Saved entries
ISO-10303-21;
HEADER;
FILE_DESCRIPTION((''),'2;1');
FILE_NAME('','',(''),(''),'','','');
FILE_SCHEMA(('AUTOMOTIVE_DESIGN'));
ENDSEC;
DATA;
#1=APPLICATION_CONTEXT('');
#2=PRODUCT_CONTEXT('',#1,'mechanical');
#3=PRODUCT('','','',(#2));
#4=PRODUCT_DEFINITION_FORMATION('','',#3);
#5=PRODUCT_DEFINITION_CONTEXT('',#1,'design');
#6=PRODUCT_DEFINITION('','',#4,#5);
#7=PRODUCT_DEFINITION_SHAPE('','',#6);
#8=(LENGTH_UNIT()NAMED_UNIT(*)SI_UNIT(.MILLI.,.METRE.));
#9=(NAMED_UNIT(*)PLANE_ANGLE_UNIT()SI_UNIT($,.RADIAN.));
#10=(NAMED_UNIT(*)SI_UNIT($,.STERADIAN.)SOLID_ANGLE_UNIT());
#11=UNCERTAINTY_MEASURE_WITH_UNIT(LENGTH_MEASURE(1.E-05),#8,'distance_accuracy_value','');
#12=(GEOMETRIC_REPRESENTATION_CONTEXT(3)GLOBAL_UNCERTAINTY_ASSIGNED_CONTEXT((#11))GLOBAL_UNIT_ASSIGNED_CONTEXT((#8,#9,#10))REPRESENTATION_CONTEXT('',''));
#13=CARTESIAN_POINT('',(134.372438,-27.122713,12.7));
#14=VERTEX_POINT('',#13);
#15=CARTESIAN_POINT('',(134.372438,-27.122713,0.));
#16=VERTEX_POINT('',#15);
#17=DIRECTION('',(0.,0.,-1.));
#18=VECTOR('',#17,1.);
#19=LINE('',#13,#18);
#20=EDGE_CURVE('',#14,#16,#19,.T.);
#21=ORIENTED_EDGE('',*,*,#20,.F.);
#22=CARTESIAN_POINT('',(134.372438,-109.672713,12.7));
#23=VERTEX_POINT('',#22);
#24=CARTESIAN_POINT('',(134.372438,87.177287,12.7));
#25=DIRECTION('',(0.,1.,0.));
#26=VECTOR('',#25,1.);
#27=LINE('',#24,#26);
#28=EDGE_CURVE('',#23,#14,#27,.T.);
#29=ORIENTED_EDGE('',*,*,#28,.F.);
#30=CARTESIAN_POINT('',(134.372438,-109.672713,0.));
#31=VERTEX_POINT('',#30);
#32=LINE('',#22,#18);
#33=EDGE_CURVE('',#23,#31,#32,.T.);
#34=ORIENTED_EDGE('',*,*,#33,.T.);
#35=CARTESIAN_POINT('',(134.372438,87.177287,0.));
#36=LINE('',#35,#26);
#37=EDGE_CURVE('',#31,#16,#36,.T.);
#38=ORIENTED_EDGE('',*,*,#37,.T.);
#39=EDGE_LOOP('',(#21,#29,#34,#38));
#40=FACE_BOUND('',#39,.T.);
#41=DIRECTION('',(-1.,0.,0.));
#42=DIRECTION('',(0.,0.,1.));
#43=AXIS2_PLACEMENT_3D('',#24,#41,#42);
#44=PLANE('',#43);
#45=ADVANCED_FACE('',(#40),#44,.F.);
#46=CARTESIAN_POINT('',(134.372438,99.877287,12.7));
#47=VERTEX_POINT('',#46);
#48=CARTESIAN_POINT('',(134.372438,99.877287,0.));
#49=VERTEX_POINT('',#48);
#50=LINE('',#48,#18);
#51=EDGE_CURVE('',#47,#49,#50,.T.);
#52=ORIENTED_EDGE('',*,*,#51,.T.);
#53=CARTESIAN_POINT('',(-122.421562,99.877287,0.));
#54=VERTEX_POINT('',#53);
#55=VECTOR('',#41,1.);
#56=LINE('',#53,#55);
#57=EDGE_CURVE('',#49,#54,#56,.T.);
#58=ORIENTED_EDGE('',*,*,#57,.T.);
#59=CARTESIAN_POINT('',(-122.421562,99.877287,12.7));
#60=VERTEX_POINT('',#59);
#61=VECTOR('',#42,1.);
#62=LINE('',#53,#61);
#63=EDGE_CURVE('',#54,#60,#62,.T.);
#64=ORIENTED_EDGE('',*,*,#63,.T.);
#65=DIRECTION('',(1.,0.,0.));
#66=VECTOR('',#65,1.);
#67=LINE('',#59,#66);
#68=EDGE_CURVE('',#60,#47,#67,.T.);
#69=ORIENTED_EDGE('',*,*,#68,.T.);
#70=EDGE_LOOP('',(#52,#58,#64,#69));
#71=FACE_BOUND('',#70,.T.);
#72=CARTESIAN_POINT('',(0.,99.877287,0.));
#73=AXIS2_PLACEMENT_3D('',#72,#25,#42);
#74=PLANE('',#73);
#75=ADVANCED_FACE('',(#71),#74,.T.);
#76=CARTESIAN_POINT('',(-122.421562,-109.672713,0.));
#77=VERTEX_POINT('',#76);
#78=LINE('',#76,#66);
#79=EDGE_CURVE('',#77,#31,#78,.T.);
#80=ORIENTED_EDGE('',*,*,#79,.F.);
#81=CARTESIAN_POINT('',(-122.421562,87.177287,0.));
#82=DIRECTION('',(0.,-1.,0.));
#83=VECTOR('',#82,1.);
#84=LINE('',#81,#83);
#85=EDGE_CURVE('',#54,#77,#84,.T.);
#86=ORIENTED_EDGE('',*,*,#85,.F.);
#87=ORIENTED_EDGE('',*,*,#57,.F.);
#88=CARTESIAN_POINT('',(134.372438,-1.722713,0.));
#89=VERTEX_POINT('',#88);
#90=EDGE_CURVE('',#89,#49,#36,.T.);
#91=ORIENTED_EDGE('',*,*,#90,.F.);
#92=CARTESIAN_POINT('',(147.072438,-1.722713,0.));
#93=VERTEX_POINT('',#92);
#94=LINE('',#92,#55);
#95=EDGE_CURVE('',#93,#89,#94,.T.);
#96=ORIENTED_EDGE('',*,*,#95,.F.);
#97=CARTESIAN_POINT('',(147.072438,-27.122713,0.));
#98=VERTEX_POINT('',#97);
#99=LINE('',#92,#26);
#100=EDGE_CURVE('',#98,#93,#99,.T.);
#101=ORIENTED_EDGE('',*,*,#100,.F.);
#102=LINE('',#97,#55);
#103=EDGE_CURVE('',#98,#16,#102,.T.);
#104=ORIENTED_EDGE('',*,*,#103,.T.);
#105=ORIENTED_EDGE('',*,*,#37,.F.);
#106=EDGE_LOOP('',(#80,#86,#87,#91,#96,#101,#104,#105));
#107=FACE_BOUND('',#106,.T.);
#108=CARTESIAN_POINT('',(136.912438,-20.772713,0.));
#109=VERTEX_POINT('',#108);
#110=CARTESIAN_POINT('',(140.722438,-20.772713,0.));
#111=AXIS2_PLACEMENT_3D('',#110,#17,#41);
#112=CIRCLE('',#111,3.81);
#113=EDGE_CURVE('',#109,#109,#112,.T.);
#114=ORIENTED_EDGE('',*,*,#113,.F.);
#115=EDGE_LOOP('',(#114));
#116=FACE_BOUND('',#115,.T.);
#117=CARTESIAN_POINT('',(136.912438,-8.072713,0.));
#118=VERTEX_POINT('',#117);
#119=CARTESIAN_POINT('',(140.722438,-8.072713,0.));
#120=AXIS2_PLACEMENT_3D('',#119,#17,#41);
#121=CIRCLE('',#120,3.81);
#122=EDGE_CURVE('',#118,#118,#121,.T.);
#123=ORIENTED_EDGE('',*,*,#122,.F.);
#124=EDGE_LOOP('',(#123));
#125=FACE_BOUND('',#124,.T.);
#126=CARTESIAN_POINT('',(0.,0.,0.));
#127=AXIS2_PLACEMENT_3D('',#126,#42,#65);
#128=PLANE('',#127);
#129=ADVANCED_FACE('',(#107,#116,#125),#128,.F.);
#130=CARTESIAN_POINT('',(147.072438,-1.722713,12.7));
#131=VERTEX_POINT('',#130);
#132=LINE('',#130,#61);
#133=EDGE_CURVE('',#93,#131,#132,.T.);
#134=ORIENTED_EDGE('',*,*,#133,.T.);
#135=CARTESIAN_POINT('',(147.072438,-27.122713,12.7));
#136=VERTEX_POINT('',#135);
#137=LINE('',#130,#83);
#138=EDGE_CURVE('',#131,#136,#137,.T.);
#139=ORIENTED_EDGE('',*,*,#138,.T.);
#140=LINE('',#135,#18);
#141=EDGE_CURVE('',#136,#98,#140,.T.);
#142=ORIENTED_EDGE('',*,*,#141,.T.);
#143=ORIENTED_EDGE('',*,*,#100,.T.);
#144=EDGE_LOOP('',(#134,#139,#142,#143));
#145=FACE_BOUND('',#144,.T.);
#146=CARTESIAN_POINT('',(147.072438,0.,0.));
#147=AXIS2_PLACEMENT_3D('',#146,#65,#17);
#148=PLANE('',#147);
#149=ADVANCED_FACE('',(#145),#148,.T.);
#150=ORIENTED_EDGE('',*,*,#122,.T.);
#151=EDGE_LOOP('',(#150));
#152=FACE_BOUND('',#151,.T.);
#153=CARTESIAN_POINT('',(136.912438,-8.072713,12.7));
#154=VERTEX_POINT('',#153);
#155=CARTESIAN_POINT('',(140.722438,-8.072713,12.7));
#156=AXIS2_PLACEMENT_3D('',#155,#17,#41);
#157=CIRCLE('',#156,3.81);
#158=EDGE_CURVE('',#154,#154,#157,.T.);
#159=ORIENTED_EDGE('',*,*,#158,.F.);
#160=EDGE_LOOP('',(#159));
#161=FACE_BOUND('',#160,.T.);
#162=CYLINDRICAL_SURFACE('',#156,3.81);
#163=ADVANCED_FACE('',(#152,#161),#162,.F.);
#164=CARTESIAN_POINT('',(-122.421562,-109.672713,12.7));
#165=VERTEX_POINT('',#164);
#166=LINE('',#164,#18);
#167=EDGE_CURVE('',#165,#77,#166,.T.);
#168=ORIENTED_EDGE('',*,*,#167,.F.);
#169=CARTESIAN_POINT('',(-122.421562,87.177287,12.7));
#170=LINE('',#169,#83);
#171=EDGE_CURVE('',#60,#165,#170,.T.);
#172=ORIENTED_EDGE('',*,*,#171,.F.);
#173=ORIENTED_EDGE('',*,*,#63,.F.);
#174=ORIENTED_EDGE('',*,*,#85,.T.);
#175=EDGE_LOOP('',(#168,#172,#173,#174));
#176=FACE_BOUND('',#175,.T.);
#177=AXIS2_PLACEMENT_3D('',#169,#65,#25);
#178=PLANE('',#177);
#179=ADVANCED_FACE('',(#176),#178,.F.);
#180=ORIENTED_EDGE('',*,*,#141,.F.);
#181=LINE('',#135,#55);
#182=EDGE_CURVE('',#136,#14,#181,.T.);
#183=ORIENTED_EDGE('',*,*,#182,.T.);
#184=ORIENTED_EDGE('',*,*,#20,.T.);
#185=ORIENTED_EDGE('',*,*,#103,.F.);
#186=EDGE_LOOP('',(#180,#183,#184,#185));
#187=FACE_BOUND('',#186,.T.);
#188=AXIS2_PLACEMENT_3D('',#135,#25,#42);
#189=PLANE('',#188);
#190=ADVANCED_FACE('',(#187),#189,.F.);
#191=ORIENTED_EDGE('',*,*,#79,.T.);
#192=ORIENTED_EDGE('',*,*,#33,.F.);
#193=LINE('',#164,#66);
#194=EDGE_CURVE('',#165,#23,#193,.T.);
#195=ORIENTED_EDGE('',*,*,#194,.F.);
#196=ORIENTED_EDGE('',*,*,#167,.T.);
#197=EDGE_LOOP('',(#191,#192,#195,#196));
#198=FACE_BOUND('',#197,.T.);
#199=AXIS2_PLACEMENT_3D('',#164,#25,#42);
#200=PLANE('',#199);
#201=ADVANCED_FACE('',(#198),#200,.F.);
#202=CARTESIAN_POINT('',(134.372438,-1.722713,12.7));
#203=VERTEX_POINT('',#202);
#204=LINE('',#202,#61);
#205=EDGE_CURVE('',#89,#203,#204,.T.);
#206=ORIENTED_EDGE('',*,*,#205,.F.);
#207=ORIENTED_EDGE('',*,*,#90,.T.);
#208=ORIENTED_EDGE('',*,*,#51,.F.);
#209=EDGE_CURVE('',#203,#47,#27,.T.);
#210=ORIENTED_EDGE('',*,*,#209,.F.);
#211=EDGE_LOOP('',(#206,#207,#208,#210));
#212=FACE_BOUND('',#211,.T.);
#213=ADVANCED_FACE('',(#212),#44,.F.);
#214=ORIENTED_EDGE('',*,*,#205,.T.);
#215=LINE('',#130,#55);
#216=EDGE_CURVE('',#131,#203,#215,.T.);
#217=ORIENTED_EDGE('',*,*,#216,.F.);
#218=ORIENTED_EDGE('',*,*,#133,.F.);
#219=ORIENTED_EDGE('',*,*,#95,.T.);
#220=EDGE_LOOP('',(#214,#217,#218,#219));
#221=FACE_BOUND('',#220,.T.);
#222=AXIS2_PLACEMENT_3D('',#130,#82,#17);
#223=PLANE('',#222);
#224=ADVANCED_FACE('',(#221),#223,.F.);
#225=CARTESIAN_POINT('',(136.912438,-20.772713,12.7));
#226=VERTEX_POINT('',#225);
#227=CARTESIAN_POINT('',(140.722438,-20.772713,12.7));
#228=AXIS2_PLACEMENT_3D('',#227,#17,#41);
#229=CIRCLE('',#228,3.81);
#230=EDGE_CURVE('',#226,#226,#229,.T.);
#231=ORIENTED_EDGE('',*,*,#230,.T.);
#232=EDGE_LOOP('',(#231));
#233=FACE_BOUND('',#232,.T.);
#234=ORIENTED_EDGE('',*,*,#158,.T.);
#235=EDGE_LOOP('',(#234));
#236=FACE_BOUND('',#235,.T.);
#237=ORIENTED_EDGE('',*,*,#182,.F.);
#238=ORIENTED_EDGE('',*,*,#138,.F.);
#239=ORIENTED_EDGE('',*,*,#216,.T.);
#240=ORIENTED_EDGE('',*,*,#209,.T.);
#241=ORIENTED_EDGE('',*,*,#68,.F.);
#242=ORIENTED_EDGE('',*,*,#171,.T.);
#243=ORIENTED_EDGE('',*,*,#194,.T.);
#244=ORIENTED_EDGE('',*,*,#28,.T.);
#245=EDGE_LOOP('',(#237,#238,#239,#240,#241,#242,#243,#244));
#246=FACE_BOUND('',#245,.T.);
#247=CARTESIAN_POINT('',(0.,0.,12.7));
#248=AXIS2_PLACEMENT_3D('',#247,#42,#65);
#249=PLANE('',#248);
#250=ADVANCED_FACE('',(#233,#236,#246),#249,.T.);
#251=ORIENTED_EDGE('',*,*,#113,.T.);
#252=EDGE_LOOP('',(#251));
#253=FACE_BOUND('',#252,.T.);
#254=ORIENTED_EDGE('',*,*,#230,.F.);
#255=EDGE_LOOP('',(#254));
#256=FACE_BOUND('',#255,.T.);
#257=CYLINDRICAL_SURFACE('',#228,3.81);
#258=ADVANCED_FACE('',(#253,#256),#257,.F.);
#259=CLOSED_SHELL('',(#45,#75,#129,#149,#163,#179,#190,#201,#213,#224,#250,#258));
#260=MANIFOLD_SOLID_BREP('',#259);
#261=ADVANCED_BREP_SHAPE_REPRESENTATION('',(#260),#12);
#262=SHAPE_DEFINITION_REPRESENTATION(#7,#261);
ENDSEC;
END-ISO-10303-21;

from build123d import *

# Parameters (mm, degrees)
SKETCH2_W           = 256.794
SKETCH2_H           = 196.85
BOSS_EXTRUDE1_DEPTH = 12.7
SKETCH3_W           = 12.7
SKETCH3_H           = 25.4
BOSS_EXTRUDE2_DEPTH = 12.7
SKETCH4_R           = 3.81
CUT_EXTRUDE1_DEPTH  = 12.7
SKETCH5_W           = 256.794
SKETCH5_H           = 12.7
BOSS_EXTRUDE3_DEPTH = 12.7


with BuildPart() as part:
    # Sketch2 → Boss-Extrude1 (new body)
    with BuildSketch(Plane.XY):
        with Locations((5.975438209, -11.247712934)):
            Rectangle(SKETCH2_W, SKETCH2_H)
    extrude(amount=BOSS_EXTRUDE1_DEPTH)

    # Sketch3 → Boss-Extrude2 (add)
    with BuildSketch(Plane(origin=(134.372438209, 0, 0), x_dir=(0, 0, -1), z_dir=(1, 0, 0))):
        with Locations((-6.35, -14.422712934)):
            Rectangle(SKETCH3_W, SKETCH3_H)
    extrude(amount=BOSS_EXTRUDE2_DEPTH)

    # Sketch4 → Cut-Extrude1 (cut)
    with BuildSketch(Plane(origin=(0, 0, 0), x_dir=(-1, 0, 0), z_dir=(0, 0, -1))):
        with Locations((-140.722438209, -8.072712934)):
            Circle(SKETCH4_R)
        with Locations((-140.722438209, -20.772712934)):
            Circle(SKETCH4_R)
    extrude(amount=-CUT_EXTRUDE1_DEPTH, mode=Mode.SUBTRACT)

    # Sketch5 → Boss-Extrude3 (add)
    with BuildSketch(Plane(origin=(0, 87.177287066, 0), x_dir=(1, 0, 0), z_dir=(0, 1, 0))):
        with Locations((5.975438209, -6.35)):
            Rectangle(SKETCH5_W, SKETCH5_H)
    extrude(amount=BOSS_EXTRUDE3_DEPTH)


solid = part.part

» Your objective
Nothing should appear in the answer except the lines above from the line with "#214=ORIENTED_EDGE('',*,*,#205,.T.);" through the line with "#231=ORIENTED_EDGE('',*,*,#230,.T.);", both included, written out exactly.

» Result
#214=ORIENTED_EDGE('',*,*,#205,.T.);
#215=LINE('',#130,#55);
#216=EDGE_CURVE('',#131,#203,#215,.T.);
#217=ORIENTED_EDGE('',*,*,#216,.F.);
#218=ORIENTED_EDGE('',*,*,#133,.F.);
#219=ORIENTED_EDGE('',*,*,#95,.T.);
#220=EDGE_LOOP('',(#214,#217,#218,#219));
#221=FACE_BOUND('',#220,.T.);
#222=AXIS2_PLACEMENT_3D('',#130,#82,#17);
#223=PLANE('',#222);
#224=ADVANCED_FACE('',(#221),#223,.F.);
#225=CARTESIAN_POINT('',(136.912438,-20.772713,12.7));
#226=VERTEX_POINT('',#225);
#227=CARTESIAN_POINT('',(140.722438,-20.772713,12.7));
#228=AXIS2_PLACEMENT_3D('',#227,#17,#41);
#229=CIRCLE('',#228,3.81);
#230=EDGE_CURVE('',#226,#226,#229,.T.);
#231=ORIENTED_EDGE('',*,*,#230,.T.);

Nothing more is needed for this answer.